James Phelps may be director of development at Portland Jewish Academy and the Mittleman Jewish Community Center, but when it comes to taxes, he has problems. He and his partner originally filed both state and federal returns individually. When Oregon passed the Domestic Partnership law, he filed state taxes jointly and federal individually, thereby confounding tax preparation software.
Things changed again when he and his partner married in Canada. By this time, the 2013 United States v. Windsor Supreme Court case made federal recognition
of his marriage the law of the land. However, Oregon does not recognize same-sex marriage. If your head is spinning, so is his.
Phelps was among the attendees at “New Legal Issues for Same Sex Couples,” a lecture by Family Law Attorney Christine R. Costantino from Samuels Yoelin Kantor, LLP. As part of the Oregon Jewish Community Foundation’s Professional Advisors Group series, the Oct. 24 gathering at the Multnomah Athletic Club attracted 50 people seeking clarity amid a rapidly changing landscape.
Costantino began by reviewing the series of laws that have affected the state’s same-sex relationships beginning with domestic partnership rulings. These ironically started with contention between an opposite-sex couple in 1978. In 2007 the Oregon Family Fairness Act granted same-sex couples who register as domestic partners the same rights, privileges and responsibilities as married couples in Oregon. Meanwhile, on a federal level, Congress enacted the Defense of Marriage Act (DOMA) in 1996. In the 2013 United States v. Windsor case the Supreme Court declared the DOMA section defining marriage as between one man and one woman unconstitutional. As of this writing, marriage is marriage according to federal law, but at a state level – not so fast. In 2004 Oregon amended its constitution to define marriage as between heterosexual couples.
Yes, this is being challenged by a ballot measure and a lawsuit. Furthermore, a memo written to state agency directors by chief operating officer for state government, Michael Jordan, stated that on Oct. 16, 2013, the Oregon Department of Justice ruled “Oregon agencies must recognize all out-of-state marriages for the purposes of administering state programs. That includes legal, same sex marriages performed in other states and countries.” But bottom line, Oregon’s constitution could remain an issue.

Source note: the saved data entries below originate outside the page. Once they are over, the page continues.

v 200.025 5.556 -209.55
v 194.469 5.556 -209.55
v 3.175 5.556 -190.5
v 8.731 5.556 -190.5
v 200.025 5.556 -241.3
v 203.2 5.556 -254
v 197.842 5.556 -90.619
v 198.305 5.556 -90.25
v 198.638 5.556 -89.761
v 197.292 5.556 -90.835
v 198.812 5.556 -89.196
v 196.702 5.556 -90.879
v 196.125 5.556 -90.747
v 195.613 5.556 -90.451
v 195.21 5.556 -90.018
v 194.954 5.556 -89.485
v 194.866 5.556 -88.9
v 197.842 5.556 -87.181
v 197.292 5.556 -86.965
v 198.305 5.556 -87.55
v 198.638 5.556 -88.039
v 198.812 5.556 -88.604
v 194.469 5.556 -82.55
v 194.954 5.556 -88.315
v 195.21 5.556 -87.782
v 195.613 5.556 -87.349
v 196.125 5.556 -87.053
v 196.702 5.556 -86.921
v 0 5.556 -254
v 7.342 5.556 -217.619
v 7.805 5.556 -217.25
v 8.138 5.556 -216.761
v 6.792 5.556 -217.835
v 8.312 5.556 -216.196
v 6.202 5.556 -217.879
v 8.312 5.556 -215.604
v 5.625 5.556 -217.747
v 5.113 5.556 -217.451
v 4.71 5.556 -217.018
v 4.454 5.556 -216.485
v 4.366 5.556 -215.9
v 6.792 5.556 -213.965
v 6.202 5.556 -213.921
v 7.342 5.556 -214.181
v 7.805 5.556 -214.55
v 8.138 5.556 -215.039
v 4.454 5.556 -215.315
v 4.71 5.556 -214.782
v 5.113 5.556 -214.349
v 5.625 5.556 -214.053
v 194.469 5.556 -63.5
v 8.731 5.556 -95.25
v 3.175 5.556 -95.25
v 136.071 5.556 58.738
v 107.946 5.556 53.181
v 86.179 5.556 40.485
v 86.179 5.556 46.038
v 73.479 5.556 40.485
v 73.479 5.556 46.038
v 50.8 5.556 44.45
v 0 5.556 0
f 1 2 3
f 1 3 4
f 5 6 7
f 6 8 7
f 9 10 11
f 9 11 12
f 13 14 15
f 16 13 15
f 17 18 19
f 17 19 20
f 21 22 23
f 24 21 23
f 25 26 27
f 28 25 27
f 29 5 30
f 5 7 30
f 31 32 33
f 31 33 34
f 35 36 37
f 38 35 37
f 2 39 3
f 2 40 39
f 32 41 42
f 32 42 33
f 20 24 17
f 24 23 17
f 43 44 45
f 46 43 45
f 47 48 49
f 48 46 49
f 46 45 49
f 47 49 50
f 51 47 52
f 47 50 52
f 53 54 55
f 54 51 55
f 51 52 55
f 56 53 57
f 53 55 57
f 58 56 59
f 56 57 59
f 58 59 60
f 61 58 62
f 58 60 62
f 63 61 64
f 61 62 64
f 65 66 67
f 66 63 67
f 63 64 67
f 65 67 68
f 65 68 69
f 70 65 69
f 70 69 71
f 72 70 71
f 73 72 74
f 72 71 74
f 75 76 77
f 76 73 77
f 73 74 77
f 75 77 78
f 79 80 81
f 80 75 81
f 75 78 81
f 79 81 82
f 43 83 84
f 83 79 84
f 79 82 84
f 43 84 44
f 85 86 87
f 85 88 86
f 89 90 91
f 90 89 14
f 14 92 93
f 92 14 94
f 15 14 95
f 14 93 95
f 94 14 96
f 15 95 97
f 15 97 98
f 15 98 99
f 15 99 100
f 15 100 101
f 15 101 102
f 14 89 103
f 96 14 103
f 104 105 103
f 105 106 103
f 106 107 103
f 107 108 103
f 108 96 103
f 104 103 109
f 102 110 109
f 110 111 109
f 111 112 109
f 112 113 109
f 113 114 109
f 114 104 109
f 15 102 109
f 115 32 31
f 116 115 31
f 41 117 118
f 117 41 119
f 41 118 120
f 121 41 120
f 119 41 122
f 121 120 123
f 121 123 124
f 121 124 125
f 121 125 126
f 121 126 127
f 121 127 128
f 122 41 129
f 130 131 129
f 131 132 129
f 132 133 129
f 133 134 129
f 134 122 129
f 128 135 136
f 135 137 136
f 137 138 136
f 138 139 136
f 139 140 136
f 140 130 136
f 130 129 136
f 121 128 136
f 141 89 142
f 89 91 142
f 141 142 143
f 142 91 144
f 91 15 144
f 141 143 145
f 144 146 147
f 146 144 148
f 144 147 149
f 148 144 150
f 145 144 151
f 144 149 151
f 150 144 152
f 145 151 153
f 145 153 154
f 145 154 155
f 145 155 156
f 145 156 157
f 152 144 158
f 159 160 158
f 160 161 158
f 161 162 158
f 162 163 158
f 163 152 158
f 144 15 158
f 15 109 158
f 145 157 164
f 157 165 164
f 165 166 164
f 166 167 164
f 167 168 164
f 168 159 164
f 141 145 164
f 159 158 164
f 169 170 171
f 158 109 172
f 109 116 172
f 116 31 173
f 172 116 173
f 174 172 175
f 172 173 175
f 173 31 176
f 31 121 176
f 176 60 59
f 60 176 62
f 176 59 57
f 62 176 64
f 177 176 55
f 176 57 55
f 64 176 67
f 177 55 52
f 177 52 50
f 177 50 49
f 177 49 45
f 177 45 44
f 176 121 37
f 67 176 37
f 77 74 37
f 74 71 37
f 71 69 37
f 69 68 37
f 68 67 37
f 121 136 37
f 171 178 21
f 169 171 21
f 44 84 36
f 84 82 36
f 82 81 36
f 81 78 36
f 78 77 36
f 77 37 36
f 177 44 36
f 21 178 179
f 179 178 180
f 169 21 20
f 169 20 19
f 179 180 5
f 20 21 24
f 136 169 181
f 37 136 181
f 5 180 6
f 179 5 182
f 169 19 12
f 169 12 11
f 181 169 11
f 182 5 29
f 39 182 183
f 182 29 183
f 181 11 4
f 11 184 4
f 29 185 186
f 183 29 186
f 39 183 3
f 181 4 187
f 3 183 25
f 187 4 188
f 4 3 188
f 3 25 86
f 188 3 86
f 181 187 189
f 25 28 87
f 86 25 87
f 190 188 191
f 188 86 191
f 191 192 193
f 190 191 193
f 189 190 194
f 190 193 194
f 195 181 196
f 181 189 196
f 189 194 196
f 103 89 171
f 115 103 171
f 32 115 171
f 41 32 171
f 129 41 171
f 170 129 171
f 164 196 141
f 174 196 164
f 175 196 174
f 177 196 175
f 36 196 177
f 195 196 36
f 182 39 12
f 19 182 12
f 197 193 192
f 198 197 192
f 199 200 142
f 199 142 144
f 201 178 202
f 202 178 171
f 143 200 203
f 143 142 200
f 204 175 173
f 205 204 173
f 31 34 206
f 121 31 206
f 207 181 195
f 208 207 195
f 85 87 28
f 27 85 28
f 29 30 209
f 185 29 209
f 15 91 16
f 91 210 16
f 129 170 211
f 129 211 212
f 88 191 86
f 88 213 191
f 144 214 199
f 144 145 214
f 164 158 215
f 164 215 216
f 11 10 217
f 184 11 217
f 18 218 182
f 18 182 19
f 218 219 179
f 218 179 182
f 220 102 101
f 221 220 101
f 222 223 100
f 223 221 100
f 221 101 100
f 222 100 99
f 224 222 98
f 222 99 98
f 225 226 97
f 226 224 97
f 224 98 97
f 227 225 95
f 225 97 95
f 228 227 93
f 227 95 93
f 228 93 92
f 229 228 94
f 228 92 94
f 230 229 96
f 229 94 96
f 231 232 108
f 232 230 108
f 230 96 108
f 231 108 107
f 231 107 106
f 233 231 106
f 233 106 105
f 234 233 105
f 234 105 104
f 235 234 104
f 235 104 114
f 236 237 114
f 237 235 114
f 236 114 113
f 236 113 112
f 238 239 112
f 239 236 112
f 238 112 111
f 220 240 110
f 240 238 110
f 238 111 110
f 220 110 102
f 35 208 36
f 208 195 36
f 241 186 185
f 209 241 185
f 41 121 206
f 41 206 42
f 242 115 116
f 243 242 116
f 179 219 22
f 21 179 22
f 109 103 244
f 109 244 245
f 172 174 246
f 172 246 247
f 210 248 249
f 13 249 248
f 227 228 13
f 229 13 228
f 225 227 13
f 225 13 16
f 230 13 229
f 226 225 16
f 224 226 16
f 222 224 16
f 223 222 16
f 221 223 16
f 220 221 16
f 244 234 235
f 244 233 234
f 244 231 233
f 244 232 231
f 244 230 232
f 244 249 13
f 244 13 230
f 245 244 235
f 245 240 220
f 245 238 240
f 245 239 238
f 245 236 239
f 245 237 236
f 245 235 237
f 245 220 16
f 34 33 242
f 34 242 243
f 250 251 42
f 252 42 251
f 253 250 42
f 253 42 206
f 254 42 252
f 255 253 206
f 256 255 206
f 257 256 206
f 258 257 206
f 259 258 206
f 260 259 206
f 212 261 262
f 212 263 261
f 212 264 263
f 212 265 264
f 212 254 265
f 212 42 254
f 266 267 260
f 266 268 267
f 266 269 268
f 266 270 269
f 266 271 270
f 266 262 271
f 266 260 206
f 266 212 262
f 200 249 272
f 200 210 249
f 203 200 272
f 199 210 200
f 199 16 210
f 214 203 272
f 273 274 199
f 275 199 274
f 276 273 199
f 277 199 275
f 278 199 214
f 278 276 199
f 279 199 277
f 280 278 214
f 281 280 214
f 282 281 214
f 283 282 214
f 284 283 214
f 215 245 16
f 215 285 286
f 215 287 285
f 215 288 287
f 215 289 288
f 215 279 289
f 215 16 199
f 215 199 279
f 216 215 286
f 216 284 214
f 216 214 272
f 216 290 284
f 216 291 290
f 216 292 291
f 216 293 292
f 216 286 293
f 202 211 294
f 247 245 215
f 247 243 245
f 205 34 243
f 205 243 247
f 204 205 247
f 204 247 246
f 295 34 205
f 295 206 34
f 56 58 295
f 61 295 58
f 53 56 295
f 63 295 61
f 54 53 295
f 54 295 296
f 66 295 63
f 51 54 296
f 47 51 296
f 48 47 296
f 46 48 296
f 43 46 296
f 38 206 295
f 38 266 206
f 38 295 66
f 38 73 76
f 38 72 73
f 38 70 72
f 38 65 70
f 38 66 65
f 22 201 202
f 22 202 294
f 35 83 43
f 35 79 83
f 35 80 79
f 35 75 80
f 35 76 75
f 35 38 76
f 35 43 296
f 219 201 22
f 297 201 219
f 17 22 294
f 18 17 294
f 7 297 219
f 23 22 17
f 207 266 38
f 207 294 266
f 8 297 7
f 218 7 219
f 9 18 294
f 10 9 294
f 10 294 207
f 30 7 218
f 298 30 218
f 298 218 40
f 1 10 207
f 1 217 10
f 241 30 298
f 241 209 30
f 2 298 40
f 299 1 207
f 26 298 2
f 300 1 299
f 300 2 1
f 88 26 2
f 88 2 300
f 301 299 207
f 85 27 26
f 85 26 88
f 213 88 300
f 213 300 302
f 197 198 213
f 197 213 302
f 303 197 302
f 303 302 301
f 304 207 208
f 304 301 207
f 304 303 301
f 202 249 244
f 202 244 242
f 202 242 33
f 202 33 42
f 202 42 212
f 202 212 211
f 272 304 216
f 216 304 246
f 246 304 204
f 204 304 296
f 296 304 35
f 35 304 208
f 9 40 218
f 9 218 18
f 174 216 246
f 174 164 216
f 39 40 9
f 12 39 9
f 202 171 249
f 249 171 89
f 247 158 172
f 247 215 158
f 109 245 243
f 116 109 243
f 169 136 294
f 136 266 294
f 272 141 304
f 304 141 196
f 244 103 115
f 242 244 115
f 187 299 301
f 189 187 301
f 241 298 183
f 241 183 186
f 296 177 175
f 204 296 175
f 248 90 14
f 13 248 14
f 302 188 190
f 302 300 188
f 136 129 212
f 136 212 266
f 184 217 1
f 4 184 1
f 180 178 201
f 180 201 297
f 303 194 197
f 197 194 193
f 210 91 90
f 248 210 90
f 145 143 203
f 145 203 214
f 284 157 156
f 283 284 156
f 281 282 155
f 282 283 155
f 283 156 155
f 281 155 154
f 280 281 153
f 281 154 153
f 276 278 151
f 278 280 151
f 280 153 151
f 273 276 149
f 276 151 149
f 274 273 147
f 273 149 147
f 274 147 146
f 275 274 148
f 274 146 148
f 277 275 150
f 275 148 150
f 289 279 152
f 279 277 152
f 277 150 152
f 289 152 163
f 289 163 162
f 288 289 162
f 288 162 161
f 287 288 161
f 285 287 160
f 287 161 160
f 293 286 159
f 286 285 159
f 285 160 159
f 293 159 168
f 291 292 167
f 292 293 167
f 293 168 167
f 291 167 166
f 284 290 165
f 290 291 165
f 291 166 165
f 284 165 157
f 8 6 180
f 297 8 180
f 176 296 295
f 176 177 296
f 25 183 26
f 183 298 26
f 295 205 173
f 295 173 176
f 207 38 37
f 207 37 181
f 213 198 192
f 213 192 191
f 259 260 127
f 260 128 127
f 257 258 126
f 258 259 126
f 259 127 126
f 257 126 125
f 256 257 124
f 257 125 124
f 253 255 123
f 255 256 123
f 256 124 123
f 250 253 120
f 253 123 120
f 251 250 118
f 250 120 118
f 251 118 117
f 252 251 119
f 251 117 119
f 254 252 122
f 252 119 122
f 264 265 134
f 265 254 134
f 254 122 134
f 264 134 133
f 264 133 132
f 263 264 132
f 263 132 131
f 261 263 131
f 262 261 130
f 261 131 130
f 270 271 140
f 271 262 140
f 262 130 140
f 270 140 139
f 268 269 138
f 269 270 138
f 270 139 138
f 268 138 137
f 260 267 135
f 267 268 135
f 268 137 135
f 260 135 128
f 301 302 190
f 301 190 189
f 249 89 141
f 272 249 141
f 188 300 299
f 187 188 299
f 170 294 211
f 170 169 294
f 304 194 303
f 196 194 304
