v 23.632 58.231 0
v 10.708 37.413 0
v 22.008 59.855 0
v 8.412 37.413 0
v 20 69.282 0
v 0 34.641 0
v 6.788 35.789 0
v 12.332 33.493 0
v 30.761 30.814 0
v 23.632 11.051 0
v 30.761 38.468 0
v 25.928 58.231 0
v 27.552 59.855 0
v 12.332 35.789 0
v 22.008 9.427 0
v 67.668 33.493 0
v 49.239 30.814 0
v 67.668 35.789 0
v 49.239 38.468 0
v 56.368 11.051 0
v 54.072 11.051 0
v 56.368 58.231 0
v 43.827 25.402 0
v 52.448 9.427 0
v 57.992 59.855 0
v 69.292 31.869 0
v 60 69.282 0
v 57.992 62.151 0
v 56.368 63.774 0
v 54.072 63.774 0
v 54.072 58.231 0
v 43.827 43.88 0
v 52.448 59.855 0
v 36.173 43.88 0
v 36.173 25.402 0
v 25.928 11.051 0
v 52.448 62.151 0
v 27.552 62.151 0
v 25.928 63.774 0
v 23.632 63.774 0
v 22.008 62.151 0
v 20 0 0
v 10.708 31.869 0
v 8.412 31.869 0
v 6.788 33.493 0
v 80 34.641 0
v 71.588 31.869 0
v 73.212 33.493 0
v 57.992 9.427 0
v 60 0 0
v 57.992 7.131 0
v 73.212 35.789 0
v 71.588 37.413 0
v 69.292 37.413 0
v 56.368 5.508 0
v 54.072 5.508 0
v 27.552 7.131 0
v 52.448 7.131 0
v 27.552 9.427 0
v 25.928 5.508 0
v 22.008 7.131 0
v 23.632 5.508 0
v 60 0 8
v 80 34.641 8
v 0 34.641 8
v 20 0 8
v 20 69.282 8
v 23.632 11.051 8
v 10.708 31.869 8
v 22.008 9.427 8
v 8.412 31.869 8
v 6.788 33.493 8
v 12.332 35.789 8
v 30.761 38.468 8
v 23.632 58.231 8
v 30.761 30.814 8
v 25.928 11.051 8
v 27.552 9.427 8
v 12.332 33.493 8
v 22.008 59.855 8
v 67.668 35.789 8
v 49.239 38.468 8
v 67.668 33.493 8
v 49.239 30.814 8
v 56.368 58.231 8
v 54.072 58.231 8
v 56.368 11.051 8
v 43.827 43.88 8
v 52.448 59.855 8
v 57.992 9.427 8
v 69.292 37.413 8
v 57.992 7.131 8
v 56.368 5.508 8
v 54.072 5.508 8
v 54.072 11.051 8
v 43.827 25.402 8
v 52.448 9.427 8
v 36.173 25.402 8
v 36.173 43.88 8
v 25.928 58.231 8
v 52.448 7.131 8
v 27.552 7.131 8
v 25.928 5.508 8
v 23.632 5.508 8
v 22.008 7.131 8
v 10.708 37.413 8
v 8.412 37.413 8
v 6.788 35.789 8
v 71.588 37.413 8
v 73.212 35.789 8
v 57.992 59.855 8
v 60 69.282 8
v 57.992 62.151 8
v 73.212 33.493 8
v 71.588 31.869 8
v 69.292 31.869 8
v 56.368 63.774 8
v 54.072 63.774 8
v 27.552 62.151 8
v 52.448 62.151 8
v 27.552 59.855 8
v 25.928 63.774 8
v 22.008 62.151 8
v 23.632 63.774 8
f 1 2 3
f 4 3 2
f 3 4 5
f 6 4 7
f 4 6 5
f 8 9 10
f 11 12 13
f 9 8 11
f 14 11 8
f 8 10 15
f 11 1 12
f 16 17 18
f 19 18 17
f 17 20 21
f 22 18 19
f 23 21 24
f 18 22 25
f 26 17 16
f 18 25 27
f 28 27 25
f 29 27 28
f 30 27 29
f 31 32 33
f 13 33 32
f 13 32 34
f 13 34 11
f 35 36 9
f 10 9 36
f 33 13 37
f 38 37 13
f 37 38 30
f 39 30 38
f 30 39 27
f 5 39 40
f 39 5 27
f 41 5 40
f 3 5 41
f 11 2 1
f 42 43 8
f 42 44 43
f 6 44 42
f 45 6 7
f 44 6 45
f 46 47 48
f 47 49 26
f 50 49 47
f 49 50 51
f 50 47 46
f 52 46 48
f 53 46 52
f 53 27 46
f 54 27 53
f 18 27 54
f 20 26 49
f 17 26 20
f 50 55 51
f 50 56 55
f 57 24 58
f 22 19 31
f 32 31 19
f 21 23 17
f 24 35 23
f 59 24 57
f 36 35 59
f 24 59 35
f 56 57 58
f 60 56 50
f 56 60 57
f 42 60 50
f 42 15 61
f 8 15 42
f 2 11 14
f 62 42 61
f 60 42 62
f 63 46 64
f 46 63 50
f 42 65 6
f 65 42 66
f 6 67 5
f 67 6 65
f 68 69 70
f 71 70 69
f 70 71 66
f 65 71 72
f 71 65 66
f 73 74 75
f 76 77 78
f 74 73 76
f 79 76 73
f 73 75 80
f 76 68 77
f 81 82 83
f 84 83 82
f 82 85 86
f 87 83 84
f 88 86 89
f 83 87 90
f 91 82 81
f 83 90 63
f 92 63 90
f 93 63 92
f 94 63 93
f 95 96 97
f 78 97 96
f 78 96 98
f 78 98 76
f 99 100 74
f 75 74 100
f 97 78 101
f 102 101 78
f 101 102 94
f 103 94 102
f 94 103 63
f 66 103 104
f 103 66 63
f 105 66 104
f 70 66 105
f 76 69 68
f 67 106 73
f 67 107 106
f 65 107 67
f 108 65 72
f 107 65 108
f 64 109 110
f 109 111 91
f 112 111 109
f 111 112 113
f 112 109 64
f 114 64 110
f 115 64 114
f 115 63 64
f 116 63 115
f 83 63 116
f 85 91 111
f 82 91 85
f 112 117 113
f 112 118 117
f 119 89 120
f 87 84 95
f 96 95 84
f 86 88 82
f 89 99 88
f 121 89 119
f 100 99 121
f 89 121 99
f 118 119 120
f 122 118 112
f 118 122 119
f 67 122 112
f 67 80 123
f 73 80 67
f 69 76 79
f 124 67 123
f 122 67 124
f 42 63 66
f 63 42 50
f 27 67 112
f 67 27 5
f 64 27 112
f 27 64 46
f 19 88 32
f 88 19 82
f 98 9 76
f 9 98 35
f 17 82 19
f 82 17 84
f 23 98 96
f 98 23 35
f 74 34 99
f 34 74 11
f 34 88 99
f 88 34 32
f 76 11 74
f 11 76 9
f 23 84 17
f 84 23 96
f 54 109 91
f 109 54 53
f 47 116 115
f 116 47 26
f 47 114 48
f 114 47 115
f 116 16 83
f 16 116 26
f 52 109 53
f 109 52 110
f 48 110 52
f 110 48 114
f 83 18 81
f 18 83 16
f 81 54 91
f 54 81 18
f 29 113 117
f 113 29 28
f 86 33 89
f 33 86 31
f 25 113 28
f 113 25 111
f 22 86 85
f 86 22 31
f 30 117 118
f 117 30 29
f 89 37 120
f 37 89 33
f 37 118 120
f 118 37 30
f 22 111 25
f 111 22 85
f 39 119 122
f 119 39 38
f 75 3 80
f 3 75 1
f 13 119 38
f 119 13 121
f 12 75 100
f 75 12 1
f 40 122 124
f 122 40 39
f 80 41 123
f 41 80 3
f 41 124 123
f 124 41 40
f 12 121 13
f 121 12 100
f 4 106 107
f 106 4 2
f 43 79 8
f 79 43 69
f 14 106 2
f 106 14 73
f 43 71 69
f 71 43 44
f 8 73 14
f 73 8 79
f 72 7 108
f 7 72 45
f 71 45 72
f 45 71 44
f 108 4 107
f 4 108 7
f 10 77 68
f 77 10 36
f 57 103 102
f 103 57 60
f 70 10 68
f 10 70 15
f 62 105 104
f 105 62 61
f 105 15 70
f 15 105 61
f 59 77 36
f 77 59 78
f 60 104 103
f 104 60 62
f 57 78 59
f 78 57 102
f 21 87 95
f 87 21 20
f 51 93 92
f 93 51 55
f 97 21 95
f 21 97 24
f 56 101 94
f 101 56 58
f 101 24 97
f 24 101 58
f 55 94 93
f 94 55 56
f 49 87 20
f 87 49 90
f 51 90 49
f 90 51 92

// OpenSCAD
$fn = 32;

// ----------------------------------------------------------------------
// Polygon plate: 6-gon R40, 6 bolt windows
// ----------------------------------------------------------------------

// --- parameters (mm) ---
sides = 6;                // number of polygon sides
plate_r = 40;             // circumscribed radius of the polygon
bore_r = 10;              // centre bore radius
bolts = 6;                // number of bolt windows
ring_r = 30.44;           // bolt-circle radius
bolt_r = 3;               // bolt window radius
plate_t = 8;              // plate thickness, Z (extrusion height)

plate_d = 2 * plate_r;  // circumscribed diameter
bore_d = 2 * bore_r;  // centre bore diameter
bolt_d = 2 * bolt_r;  // bolt window diameter
ring_d = 2 * ring_r;  // bolt-circle diameter

profile = [[80, 34.641], [60, 69.282], [20, 69.282], [0, 34.641], [20, 0], [60, 0]];  // primary outline, 6 points, counter clockwise
void_1 = [[49.239, 38.468], [43.827, 43.88], [36.173, 43.88], [30.761, 38.468], [30.761, 30.814], [36.173, 25.402], [43.827, 25.402], [49.239, 30.814]];  // centre bore, 8 points
void_2 = [[73.212, 35.789], [71.588, 37.413], [69.292, 37.413], [67.668, 35.789], [67.668, 33.493], [69.292, 31.869], [71.588, 31.869], [73.212, 33.493]];  // bolt window 1, 8 points
void_3 = [[57.992, 62.151], [56.368, 63.774], [54.072, 63.774], [52.448, 62.151], [52.448, 59.855], [54.072, 58.231], [56.368, 58.231], [57.992, 59.855]];  // bolt window 2, 8 points
void_4 = [[27.552, 62.151], [25.928, 63.774], [23.632, 63.774], [22.008, 62.151], [22.008, 59.855], [23.632, 58.231], [25.928, 58.231], [27.552, 59.855]];  // bolt window 3, 8 points
void_5 = [[12.332, 35.789], [10.708, 37.413], [8.412, 37.413], [6.788, 35.789], [6.788, 33.493], [8.412, 31.869], [10.708, 31.869], [12.332, 33.493]];  // bolt window 4, 8 points
void_6 = [[27.552, 9.427], [25.928, 11.051], [23.632, 11.051], [22.008, 9.427], [22.008, 7.131], [23.632, 5.508], [25.928, 5.508], [27.552, 7.131]];  // bolt window 5, 8 points
void_7 = [[57.992, 9.427], [56.368, 11.051], [54.072, 11.051], [52.448, 9.427], [52.448, 7.131], [54.072, 5.508], [56.368, 5.508], [57.992, 7.131]];  // bolt window 6, 8 points

// --- the one profile operation ---
difference() {
  linear_extrude(height = plate_t) polygon(points = profile);
  translate([0, 0, -1])
    linear_extrude(height = plate_t + 2) polygon(points = void_1);
  translate([0, 0, -1])
    linear_extrude(height = plate_t + 2) polygon(points = void_2);
  translate([0, 0, -1])
    linear_extrude(height = plate_t + 2) polygon(points = void_3);
  translate([0, 0, -1])
    linear_extrude(height = plate_t + 2) polygon(points = void_4);
  translate([0, 0, -1])
    linear_extrude(height = plate_t + 2) polygon(points = void_5);
  translate([0, 0, -1])
    linear_extrude(height = plate_t + 2) polygon(points = void_6);
  translate([0, 0, -1])
    linear_extrude(height = plate_t + 2) polygon(points = void_7);
}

“For now, we are advising our same-sex clients who reside in Oregon and have decided to marry to register as domestic partners in Oregon in order to guarantee their rights under state law, and to marry in jurisdictions which allow same-sex marriage, like Washington or California, to avail themselves of the federal rights and benefits of traditional spouses,” Costantino said. She also emphasized the importance of professional estate planning and urged same-sex couples to travel with a copy of
their advance directives since state laws vary and emergencies happen.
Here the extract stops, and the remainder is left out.